- Born: Robert Joseph Reguly 19 January 1931 Fort William, Ontario
- Died: 24 February 2011 (aged 80) Toronto, Ontario
- Occupation: journalist
- Children: 3, including Eric Reguly

= Robert Reguly =

Robert Joseph Reguly (19 January 1931, in Fort William, Ontario – 24 February 2011) was a three-time National Newspaper Award-winning investigative journalist. He was one of Canada's top reporters in the 1950s and 1960s, and was at the forefront of the mid-20th century news war between the Toronto Telegram and his own paper, the Toronto Star.

==Career==
Reguly won his first National Newspaper Award in 1964 for tracking down union leader Hal Banks, a fugitive who had fled to Brooklyn, New York. He won his second Award in 1966 for tracking down and interviewing Gerda Munsinger, an East German woman at the center of a Canadian political sex scandal. The Star then gave him a coveted posting as Washington D.C. bureau chief, where he moved with his family in the summer of 1966.

In May 1967, Reguly was sent to South Vietnam to cover the Vietnam War, then at its height. He filed dozens of stories for the Star reporting on American combat efforts, starting with Operation Hickory, the first U.S. invasion of the DMZ (the Demilitarized Zone between North and South Vietnam). Reguly also witnessed and reported on the forced relocation of Montagnard tribespeople in the Central Highlands, telling his readers that such operations might be "creating more Viet Cong".

After returning to the United States, Reguly covered the 1968 US presidential campaign. According to his son, Eric, "the only event he covered that truly shattered him was Bobby Kennedy's assassination" at the Ambassador Hotel in Los Angeles. (He was standing less than 10 metres from Kennedy when the senator was shot.) Reguly garnered a third National Newspaper Award for his coverage of anti-war protests and race riots.

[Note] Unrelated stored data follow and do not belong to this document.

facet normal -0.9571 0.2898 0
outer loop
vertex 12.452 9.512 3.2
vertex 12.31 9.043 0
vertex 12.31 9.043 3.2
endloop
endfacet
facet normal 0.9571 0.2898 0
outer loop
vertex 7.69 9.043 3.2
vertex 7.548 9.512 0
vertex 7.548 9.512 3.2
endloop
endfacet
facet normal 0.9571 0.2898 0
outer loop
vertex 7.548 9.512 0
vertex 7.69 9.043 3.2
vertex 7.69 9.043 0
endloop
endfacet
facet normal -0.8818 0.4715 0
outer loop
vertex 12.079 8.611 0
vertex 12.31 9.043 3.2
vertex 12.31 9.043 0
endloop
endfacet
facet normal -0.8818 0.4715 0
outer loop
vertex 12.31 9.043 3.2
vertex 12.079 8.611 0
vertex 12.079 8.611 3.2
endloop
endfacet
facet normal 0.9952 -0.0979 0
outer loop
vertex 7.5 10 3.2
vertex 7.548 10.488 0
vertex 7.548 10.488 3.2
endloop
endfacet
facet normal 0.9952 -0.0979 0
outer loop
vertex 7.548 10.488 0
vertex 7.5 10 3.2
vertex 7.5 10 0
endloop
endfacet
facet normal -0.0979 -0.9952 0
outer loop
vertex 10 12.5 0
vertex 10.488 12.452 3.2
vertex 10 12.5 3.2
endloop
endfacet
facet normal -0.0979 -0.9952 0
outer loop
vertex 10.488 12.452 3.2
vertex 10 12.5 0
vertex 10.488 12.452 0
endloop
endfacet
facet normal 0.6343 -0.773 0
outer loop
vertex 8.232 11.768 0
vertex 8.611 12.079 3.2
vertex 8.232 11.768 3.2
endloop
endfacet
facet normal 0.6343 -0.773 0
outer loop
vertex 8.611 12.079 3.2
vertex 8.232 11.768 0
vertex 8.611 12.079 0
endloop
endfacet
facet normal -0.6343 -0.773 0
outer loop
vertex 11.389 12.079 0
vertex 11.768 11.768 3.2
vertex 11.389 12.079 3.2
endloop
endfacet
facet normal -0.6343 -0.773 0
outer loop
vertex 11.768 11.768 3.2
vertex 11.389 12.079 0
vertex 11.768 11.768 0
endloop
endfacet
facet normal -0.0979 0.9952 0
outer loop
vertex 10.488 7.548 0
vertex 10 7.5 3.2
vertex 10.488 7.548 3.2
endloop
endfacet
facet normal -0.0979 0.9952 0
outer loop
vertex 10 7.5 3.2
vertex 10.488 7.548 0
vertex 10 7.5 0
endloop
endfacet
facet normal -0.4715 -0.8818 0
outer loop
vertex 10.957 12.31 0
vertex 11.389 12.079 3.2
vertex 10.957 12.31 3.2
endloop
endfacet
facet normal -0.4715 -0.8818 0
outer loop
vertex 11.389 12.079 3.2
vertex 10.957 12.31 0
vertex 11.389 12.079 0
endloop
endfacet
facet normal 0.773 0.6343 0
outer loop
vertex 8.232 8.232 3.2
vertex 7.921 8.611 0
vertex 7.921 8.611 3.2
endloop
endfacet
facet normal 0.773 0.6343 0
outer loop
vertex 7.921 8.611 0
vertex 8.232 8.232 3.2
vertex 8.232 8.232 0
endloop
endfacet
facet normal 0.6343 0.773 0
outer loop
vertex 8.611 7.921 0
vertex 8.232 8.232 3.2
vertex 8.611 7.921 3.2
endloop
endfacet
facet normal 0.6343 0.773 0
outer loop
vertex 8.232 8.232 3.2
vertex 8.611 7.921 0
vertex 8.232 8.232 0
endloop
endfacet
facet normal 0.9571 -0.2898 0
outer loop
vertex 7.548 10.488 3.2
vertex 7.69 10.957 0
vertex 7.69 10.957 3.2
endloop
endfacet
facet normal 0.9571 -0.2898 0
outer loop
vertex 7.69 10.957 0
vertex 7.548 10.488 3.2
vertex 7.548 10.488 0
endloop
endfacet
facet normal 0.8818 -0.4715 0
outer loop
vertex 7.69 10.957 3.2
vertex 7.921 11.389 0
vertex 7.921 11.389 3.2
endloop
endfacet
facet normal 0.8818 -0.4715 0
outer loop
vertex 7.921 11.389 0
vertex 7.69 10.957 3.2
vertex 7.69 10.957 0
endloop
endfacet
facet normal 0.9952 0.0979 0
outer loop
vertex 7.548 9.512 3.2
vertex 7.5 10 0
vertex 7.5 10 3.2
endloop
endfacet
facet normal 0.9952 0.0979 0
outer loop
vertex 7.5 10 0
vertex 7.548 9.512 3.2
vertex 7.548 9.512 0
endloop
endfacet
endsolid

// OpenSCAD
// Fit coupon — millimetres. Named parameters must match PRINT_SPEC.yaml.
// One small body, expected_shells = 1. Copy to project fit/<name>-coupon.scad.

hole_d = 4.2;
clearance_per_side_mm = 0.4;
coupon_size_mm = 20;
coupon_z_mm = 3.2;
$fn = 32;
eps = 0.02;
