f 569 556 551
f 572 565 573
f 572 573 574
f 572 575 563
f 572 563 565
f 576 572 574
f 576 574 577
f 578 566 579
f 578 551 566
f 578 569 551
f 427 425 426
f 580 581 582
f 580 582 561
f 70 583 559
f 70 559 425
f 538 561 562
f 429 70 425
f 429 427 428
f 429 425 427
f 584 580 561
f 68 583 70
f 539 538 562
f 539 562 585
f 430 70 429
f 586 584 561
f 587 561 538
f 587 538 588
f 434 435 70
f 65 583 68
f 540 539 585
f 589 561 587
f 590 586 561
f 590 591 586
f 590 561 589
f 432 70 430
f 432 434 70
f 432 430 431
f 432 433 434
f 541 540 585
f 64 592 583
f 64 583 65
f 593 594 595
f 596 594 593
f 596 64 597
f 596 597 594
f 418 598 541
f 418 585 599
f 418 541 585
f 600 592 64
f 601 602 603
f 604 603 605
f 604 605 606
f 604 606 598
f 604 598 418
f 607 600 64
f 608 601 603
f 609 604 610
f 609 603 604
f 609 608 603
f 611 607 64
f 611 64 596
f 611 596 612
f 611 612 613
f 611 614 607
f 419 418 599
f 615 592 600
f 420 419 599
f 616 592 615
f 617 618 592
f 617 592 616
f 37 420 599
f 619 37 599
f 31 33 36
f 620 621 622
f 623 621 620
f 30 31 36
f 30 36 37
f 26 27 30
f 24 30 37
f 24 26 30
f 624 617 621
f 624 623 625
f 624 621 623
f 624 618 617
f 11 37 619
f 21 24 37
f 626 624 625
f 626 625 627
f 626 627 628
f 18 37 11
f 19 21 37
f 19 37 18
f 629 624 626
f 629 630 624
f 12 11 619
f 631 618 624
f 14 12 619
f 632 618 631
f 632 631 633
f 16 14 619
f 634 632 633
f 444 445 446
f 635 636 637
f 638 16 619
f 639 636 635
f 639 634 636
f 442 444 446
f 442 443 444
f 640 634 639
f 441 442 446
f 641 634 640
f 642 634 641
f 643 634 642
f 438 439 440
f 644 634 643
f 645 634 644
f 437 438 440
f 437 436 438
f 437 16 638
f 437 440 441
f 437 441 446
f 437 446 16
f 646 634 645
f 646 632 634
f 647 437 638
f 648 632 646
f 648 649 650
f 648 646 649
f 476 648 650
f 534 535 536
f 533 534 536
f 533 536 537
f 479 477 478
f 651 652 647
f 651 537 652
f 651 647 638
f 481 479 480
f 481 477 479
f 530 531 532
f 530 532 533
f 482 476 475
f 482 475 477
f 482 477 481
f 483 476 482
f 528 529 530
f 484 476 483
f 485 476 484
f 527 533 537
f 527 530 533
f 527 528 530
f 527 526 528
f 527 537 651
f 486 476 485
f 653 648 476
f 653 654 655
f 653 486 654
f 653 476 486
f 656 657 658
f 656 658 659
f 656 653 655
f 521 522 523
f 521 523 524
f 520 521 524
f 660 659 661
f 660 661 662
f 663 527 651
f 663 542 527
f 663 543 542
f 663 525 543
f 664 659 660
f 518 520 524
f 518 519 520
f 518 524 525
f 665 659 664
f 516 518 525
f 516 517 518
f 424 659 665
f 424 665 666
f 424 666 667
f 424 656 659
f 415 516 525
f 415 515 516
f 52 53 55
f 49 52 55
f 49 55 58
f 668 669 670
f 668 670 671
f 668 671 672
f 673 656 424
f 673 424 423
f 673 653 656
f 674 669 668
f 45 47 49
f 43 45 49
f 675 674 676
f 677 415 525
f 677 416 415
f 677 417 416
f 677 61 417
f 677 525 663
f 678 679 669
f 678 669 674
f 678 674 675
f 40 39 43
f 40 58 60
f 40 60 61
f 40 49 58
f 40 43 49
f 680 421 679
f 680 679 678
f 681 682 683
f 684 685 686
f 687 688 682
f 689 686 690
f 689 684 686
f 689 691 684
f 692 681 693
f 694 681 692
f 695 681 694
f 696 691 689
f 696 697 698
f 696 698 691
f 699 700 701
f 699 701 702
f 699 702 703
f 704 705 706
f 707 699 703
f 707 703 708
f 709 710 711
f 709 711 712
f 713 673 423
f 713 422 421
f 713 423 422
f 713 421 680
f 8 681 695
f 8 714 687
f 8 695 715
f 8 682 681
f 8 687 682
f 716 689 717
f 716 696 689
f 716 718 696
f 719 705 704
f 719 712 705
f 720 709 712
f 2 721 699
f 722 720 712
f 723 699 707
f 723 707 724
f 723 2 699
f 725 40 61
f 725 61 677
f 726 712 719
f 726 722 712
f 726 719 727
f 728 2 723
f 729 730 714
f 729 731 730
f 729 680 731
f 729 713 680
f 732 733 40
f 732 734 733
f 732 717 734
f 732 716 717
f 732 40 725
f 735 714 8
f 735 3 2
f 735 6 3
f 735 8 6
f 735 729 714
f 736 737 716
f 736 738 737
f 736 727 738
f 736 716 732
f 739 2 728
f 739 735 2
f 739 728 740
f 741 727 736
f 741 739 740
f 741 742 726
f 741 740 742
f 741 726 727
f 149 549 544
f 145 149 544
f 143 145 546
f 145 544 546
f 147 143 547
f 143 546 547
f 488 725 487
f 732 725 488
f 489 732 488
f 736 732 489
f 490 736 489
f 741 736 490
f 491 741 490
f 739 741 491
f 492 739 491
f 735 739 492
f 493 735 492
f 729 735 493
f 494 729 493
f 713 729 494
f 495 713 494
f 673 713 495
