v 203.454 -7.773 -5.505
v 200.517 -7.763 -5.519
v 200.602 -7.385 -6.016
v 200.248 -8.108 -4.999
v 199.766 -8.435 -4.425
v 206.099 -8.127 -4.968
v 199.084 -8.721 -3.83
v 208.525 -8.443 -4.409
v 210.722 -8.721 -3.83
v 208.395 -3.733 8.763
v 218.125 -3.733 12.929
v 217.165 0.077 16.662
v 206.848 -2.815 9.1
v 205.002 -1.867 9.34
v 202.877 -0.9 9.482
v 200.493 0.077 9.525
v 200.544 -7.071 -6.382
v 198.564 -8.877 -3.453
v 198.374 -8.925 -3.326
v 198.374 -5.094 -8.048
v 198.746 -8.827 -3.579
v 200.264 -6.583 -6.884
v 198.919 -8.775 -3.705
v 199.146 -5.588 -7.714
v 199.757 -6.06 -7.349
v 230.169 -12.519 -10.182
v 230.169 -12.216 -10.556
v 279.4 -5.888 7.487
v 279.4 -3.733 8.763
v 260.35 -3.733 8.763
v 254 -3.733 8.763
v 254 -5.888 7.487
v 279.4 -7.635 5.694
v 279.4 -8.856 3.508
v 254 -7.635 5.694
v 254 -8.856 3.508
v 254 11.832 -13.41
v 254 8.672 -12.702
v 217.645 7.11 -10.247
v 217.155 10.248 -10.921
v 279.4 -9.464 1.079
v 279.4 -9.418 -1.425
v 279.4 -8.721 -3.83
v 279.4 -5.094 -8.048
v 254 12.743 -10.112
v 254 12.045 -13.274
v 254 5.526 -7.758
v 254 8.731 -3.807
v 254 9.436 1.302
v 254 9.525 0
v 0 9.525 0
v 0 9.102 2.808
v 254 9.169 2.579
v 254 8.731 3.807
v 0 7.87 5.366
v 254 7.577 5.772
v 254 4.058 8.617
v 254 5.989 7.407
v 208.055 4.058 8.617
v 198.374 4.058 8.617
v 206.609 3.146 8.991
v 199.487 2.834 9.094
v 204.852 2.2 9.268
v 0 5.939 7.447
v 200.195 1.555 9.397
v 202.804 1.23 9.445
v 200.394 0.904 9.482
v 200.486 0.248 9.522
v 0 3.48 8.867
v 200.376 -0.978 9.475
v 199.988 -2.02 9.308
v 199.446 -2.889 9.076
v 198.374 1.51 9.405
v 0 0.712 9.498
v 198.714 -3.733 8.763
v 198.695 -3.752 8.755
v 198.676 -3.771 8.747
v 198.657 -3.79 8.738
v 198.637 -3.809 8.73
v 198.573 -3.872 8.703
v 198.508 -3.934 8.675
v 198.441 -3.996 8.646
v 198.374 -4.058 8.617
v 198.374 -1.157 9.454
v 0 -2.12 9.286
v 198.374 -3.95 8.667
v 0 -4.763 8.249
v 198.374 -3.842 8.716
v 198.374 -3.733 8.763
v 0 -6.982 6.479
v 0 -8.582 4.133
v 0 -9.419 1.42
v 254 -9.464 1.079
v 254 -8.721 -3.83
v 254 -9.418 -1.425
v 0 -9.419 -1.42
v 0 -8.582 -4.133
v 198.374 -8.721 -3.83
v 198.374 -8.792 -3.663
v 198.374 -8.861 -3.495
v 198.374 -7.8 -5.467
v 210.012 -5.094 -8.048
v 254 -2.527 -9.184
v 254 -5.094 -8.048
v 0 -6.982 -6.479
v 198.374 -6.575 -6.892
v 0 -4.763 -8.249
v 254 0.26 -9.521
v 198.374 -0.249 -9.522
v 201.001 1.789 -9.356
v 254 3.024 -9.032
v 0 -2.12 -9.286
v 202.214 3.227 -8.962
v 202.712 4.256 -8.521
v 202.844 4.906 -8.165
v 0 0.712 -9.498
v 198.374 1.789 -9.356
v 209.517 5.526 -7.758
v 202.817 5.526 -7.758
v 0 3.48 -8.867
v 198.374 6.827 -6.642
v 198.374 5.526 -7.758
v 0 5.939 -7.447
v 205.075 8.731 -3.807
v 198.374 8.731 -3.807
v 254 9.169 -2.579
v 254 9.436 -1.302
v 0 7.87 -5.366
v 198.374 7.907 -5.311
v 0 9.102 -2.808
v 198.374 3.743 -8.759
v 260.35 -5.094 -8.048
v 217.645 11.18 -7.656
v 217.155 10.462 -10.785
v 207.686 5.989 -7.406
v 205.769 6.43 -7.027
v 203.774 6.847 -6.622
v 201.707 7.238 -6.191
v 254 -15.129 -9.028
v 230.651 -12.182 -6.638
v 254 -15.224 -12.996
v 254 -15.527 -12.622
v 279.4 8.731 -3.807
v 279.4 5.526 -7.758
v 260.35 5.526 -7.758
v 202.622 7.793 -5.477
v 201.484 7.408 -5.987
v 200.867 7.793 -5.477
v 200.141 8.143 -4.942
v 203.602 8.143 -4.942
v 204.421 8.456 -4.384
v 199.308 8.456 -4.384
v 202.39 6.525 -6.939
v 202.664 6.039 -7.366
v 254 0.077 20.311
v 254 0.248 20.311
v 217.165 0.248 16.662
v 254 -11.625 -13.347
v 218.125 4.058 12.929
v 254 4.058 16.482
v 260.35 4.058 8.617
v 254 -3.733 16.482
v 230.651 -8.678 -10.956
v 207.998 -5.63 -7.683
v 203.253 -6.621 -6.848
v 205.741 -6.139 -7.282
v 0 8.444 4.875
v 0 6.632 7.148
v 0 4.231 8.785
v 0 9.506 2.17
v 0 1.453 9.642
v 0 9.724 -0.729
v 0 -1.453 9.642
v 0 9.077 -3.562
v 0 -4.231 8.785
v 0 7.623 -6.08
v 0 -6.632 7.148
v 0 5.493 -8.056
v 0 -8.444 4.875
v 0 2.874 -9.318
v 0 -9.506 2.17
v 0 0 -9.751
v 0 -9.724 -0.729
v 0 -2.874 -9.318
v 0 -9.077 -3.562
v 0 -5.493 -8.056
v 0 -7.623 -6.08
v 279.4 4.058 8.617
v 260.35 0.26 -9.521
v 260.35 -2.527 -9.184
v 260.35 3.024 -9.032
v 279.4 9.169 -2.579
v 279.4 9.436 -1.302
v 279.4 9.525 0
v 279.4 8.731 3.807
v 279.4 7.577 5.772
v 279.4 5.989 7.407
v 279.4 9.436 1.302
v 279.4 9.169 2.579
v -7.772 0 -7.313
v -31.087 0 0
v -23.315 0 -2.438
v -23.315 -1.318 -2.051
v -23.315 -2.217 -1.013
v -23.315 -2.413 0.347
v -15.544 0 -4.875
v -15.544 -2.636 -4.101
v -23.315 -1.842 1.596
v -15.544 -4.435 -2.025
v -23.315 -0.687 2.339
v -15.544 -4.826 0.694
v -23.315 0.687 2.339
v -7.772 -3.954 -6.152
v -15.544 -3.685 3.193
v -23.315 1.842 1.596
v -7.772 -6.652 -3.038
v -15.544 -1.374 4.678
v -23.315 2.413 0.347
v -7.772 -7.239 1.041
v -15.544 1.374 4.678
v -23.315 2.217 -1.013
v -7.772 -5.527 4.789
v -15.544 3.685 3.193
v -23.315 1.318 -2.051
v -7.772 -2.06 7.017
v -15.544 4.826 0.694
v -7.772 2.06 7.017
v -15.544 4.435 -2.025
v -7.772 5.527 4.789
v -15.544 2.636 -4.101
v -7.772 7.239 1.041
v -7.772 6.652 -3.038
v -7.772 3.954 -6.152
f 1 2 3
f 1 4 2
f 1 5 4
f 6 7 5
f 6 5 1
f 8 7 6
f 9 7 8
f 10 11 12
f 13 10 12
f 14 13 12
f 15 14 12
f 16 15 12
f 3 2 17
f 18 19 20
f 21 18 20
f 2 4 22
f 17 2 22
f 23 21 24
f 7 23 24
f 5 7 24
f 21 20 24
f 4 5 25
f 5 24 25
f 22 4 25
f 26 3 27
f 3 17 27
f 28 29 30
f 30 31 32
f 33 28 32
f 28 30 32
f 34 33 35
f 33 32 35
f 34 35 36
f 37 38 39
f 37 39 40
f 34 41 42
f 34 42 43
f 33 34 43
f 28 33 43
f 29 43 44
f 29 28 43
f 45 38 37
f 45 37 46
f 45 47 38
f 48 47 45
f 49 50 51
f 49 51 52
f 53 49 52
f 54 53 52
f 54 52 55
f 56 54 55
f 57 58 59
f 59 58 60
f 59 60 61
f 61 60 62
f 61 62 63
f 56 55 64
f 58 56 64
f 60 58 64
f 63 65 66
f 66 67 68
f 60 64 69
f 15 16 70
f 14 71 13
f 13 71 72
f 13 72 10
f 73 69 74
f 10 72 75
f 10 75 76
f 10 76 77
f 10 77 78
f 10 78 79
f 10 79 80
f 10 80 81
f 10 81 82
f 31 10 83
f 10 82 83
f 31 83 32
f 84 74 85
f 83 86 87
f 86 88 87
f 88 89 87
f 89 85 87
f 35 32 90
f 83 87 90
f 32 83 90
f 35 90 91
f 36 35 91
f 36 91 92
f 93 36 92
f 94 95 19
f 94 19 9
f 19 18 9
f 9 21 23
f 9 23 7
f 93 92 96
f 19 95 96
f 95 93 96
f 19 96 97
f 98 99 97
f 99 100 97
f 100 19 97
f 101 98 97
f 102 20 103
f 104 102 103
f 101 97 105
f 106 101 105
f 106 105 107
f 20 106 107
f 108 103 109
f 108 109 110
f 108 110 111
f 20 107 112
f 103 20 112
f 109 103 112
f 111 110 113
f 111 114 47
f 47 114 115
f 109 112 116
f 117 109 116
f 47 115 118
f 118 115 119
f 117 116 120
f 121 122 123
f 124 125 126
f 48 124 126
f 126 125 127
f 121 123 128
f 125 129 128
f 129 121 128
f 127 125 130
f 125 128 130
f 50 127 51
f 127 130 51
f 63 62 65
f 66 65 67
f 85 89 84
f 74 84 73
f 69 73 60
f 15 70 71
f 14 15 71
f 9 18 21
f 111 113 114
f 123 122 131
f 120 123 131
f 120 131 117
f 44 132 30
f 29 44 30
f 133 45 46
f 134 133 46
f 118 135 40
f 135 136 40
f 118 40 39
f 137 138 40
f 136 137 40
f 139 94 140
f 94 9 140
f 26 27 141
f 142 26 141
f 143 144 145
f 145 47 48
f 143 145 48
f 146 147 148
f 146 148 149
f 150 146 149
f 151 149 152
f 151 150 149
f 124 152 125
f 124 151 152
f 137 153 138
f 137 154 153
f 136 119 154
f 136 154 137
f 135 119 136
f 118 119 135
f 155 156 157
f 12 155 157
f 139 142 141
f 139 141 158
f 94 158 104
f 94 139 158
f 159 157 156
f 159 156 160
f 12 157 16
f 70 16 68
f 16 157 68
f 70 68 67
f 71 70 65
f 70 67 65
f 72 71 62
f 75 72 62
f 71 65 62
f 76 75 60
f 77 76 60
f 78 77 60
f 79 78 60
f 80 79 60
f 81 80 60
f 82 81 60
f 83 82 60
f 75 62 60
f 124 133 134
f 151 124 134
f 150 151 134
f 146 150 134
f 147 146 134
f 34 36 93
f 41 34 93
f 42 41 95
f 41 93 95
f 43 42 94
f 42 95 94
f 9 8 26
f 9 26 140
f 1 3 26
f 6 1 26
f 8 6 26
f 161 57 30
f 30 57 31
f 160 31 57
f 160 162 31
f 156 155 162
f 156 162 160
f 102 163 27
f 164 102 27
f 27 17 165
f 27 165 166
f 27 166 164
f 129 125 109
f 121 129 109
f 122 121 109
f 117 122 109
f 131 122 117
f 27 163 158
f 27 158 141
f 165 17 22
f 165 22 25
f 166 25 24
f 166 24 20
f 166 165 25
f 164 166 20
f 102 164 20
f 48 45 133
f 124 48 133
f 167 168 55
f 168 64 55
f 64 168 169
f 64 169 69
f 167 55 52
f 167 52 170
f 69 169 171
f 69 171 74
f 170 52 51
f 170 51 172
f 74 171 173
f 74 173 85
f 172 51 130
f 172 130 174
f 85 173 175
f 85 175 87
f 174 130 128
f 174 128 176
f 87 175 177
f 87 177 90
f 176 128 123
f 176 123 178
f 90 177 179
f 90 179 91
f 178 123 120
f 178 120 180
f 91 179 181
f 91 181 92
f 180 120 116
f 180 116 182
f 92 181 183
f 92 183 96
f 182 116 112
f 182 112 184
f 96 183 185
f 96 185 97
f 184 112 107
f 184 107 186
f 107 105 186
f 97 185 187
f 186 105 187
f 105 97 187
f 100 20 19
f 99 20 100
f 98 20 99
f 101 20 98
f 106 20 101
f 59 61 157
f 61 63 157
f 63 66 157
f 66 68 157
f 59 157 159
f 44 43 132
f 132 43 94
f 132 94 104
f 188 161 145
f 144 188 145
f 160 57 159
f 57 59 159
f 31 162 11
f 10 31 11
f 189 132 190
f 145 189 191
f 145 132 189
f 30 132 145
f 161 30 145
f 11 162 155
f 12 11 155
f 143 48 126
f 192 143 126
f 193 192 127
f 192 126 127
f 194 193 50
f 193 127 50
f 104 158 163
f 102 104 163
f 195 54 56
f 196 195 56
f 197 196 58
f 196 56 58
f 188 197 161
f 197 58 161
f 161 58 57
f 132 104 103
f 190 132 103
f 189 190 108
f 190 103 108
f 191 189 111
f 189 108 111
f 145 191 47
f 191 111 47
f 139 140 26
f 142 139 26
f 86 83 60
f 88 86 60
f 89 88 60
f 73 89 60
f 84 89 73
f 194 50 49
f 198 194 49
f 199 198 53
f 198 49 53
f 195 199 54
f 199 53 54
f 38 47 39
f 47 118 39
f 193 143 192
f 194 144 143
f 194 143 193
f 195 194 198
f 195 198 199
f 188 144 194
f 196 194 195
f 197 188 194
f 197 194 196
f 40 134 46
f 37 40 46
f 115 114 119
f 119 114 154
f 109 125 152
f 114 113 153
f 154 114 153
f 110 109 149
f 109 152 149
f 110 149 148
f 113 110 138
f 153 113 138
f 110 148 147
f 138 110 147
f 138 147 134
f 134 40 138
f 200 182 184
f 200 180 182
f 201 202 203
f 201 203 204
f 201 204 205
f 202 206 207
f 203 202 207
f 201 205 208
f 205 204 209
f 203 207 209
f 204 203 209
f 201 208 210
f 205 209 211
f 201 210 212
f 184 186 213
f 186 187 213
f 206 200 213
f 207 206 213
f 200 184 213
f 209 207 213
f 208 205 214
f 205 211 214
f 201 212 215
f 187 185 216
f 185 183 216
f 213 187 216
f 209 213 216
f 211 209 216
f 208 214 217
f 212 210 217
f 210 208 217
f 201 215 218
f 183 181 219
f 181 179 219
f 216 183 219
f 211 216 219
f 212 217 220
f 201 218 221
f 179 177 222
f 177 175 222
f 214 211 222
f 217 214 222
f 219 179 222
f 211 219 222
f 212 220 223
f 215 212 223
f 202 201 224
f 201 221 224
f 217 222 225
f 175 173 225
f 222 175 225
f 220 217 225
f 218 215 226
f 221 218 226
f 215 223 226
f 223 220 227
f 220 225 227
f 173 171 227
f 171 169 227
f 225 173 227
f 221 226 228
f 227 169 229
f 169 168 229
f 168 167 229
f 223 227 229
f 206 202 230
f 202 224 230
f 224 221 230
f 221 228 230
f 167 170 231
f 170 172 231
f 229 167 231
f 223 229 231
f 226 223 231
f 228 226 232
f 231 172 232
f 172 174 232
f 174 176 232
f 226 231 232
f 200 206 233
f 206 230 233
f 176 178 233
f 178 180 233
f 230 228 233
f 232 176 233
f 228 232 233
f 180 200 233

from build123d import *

# Parameters (mm, degrees)
F0_R          = 9.525
F1_DEPTH      = 254
F5_DEPTH      = 55.626
F7_DEPTH      = 6.35
F8_DEPTH      = 25.4
F10_DEPTH     = 25.4
F12_DEPTH     = 25.4
F14_DEPTH     = 25.4
F15_T1_DEPTH  = 44.8533405939
F15_T3_DEPTH  = 44.8533405939
F15_T8_DEPTH  = 28.2795963183
F15_S9_R      = 9.525
F15_T10_DEPTH = 17
F15_T14_DEPTH = 27.9095113127
F15_S15_R     = 9.525
F15_T16_DEPTH = 17
F16_T1_DEPTH  = 52.8359208118
F16_T3_DEPTH  = 52.8359208118
F16_T8_DEPTH  = 31.126263523
F16_S9_R      = 9.525
F16_T10_DEPTH = 18
F16_T14_DEPTH = 35.8525293061
F16_S15_R     = 9.525
F16_T16_DEPTH = 20
F17_T1_DEPTH  = 37.2074314298
F17_T3_DEPTH  = 37.2074314298
F17_T8_DEPTH  = 45.6448991689
F17_S9_R      = 9.525
F17_T10_DEPTH = 25
F17_T14_DEPTH = 44.9174010309
F17_S15_R     = 9.525
F17_T16_DEPTH = 25


# Not quite as in the source:
# - a fillet or chamfer that OpenCascade refuses, or shapes differently, is made with other operations: its cross-section is extruded or revolved along the edge and cut away or added
# - a feature names something its author has since deleted; it is built from what else it names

In 1977, Reguly left the Star to join the staff of the Toronto Sun, where he specialized in investigative pieces on the Royal Canadian Mounted Police. In 1981, he left the Sun after he falsely alleged that Liberal cabinet minister John Munro had engaged in insider trading. The Sun and Reguly were subsequently successfully sued by Munro for defamation for carrying the story. Reguly then became a spokesperson for the Ontario Ministry of the Environment.

After his retirement, he became a successful freelance writer, writing mainly for outdoors magazines. In 2001, he was nominated for a Canadian National Magazine Award for an article in Outdoor Canada magazine.

==Personal life==
Reguly married his wife, Ada, in 1956. The couple had three children, including journalist Eric Reguly, who writes for The Globe and Mail.

Reguly contracted heart disease in his last years. He died at his Toronto residence on 24 February 2011.